Não são poucas as vezes em que sinto medo do futuro. Mas junto com o medo vem uma autocrítica, em que me sinto um primata, que não quer sair de jeito nenhum da sua zona de conforto. Pois bem, leiam o texto abaixo e vejam se o medo é ou não infundado:
… scientists are finding—to their surprise—that useful information can actually be mined from the tedium of the blogosphere.
Andrew Gordon and his colleagues at the University of Southern California’s Institute for Creative Technologies in Los Angeles have been trying to teach computers about cause and effect. Computers are not good at dealing with causality. They can identify particular events but working out relationships is more difficult. This is particularly true when it comes to using computers to analyse the human experience.
But it turns out that computers can learn a lot about causality by reading personal blogs. Of the million or so blog entries that are written in English every day, most are comments on news, plans for activities, or personal thoughts about life. Roughly 5% are narratives telling stories about events that have recently happened to the author.
A reportagem da The Economist explica como funciona esse data mining:
To enable their computer system to learn from blogs, the team followed a two-step process. The first step was for humans to flag thousands of blog entries as either “story” or “not story”. People use different words with different frequencies when they are telling stories, as compared with other forms of discourse. By tallying up the frequencies of parts of speech such as pronouns (I, she, we) and past-tense verbs (went, said, thought) in these flagged blogs, it is possible to distinguish between the two types—regardless of what the story is actually about, says Dr Gordon. His computer system could then look at other blog entries and work out whether they were narrative or not.
The second step was to teach the system to identify causal connections. Here the team used much the same technique. Dr Gordon and his students read thousands of random blog entries and specifically pointed out phrasing associated with causal relationships (such as “I did X so then Y happened”) for the computer to pick up on.

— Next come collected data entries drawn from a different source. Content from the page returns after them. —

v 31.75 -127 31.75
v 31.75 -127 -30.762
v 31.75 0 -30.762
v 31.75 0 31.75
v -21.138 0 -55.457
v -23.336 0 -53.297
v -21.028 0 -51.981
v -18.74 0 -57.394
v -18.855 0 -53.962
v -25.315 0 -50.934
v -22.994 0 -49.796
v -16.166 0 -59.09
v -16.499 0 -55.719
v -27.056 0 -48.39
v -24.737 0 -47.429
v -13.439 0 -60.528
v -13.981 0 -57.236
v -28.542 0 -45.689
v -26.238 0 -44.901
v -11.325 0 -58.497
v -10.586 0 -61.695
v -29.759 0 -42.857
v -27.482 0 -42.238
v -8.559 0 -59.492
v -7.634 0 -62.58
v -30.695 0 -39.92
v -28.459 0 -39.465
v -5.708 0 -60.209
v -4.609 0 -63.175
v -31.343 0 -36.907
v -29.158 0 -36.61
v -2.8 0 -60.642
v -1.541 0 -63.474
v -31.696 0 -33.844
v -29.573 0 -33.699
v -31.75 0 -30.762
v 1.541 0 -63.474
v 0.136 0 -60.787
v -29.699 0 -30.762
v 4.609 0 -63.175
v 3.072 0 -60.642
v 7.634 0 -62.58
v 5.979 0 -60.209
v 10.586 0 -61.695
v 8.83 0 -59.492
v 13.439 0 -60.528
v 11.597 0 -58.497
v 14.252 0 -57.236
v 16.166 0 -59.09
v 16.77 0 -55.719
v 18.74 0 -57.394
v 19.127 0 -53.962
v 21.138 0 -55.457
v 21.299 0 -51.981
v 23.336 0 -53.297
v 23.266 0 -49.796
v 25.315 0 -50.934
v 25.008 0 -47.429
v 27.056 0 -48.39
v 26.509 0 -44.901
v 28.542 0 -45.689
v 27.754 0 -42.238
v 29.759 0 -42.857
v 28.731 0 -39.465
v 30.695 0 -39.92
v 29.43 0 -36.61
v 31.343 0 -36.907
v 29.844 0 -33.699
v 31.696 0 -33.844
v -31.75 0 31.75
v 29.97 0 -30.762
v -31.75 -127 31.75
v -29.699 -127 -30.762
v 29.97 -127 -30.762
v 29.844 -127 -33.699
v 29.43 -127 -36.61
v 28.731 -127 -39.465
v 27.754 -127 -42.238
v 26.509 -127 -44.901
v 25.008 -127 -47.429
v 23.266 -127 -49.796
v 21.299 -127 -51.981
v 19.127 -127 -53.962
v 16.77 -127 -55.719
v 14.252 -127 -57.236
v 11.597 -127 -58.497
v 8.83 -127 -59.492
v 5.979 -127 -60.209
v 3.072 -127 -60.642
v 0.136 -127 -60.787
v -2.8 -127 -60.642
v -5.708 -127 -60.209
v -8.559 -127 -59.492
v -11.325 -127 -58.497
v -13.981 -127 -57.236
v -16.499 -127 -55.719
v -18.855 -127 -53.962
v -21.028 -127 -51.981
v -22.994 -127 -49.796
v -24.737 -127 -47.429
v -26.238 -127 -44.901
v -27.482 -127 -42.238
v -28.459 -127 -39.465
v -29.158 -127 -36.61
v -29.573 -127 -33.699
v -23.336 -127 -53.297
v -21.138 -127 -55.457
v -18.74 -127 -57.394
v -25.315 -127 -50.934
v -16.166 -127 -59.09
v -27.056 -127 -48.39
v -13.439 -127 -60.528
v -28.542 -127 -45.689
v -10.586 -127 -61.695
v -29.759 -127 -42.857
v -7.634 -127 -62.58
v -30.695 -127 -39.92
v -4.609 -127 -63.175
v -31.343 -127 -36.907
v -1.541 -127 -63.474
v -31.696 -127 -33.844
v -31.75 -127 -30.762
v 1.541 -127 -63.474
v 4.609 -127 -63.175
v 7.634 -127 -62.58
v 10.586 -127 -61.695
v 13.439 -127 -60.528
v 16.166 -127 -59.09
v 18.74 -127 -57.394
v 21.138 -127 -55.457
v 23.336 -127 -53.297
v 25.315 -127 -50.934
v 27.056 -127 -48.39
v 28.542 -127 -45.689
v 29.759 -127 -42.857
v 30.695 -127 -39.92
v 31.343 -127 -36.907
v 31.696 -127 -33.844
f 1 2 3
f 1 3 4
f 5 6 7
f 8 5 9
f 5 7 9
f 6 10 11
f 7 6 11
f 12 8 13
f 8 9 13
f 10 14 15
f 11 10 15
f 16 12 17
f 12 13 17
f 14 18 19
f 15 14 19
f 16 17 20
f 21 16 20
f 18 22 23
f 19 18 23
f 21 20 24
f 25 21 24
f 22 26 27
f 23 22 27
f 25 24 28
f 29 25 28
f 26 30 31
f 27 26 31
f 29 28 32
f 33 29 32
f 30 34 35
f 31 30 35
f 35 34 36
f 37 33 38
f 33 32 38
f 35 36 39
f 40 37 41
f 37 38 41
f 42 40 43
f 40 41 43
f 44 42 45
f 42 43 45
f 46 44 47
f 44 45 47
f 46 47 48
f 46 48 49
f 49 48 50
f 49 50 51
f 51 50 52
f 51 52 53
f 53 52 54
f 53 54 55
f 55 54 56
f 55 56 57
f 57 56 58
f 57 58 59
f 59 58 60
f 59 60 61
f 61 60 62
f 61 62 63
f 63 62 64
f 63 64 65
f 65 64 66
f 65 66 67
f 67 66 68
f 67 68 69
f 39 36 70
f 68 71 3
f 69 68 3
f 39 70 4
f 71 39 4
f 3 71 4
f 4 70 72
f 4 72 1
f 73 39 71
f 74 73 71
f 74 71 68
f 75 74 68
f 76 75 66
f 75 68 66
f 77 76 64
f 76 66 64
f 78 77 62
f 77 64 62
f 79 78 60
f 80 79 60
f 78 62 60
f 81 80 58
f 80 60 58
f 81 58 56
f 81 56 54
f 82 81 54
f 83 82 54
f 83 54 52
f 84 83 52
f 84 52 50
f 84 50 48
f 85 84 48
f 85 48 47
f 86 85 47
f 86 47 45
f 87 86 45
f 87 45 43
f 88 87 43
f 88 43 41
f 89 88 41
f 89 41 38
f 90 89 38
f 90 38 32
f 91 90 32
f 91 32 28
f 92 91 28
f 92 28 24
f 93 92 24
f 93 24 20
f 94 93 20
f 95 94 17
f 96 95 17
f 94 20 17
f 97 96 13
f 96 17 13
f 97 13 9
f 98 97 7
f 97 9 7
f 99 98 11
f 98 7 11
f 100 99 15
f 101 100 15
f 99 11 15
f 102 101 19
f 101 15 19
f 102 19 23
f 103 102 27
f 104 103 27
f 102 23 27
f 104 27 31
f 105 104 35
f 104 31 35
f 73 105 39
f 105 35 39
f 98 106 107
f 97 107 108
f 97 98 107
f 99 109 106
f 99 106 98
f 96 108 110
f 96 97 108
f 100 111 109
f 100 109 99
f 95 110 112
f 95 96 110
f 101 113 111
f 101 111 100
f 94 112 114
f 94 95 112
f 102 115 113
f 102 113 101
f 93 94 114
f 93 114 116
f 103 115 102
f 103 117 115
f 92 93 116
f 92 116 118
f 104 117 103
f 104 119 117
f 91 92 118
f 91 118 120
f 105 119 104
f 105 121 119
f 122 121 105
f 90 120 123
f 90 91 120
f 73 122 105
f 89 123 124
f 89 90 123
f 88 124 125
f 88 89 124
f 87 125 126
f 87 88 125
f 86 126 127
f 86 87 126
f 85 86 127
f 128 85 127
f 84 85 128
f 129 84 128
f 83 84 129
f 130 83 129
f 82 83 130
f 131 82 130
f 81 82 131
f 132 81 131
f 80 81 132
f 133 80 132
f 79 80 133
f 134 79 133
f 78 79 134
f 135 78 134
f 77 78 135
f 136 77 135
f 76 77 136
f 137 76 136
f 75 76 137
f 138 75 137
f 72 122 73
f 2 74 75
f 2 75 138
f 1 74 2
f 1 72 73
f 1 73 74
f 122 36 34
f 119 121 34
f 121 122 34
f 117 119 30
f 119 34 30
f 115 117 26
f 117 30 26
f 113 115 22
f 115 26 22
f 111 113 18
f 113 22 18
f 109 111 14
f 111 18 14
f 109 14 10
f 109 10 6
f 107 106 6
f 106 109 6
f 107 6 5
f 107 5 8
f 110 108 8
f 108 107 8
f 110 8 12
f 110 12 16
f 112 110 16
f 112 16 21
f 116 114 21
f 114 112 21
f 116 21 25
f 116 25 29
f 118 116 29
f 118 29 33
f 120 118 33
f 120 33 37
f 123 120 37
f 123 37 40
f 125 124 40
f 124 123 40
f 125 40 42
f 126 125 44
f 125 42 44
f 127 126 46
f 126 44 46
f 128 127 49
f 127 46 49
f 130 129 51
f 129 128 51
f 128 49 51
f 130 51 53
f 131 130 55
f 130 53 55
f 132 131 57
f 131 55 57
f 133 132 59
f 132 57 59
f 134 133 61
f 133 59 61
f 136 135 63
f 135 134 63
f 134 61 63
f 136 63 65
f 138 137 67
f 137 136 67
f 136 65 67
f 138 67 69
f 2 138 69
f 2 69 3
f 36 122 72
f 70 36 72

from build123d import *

# Parameters (mm, degrees)
F0_W     = 63.5
F0_H     = 63.5
F1_DEPTH = 127
F2_R     = 31.765228
F3_DEPTH = 127
F5_DEPTH = 152.4


with BuildPart() as f1:
    # F0 (on Front) → F1 (new body)
    with BuildSketch(Plane.XZ):
        Rectangle(F0_W, F0_H)
    extrude(amount=F1_DEPTH)

    # F2 (on Front) → F3 (join)
    with BuildSketch(Plane.XZ):
        with Locations((0, -31.745933)):
            Circle(F2_R)
    extrude(amount=F3_DEPTH)

    # F4 (on face) → F5 (cut)
    with BuildSketch(Plane(origin=(0, 0, 0), x_dir=(-1, 0, 0), z_dir=(0, 1, 0))):
        with BuildLine():
            Line((29.699003, -30.762452), (-29.970478, -30.762452))
            ThreePointArc((-29.970478, -30.762452), (-0.135737, -60.78653), (29.699003, -30.762452))
        make_face()
    extrude(amount=-F5_DEPTH, mode=Mode.SUBTRACT)


solid = f1.part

Identifying such phrases in blog entries then enables the computer to pick out and categorise those sentences that contain a cause and an effect, such as “I slammed on the brakes but ended up smashing into the car in front of me” or “The doctor scolded me for eating too much fat and risking a heart condition.”
Até aí nada demais, né? Mas é a partir daí que o futuro começa a ganhar feições assustadoras e, arrisco eu, totalitárias:
The idea is that this will eventually lead to a system that can gather aggregated statistics on a day-by-day basis about the personal lives of large populations—information that would be impossible to garner from any other source. Ultimately, Dr Gordon expects the analysis of personal stories in weblogs to be used much like Google’s flu tracker, but on a much grander scale. Google’s flu-tracking scheme can detect early signs of influenza outbreaks by mining search data for flurries of flu-related search terms in a particular region.
The web could be mined to track information about emerging trends and behaviours, covering everything from drug use or racial tension to interest in films or new products. The nature of blogging means that people are quick to comment on events in their daily lives. Mining this sort of information might therefore also reveal information about exactly how ideas are spread and trends are set.
Esqueçam aí a questão comercial, de recomendação de novos produtos e atenham-se à possibilidade de prever comportamentos, como uso de drogas e tensões raciais, como cita a reportagem. Trata-se de um futuro em que vc é julgado não pelos seus atos, mas pelo que você pode vir a fazer.
Isso nas mãos de um governo autoritário é uma merda sem tamanho.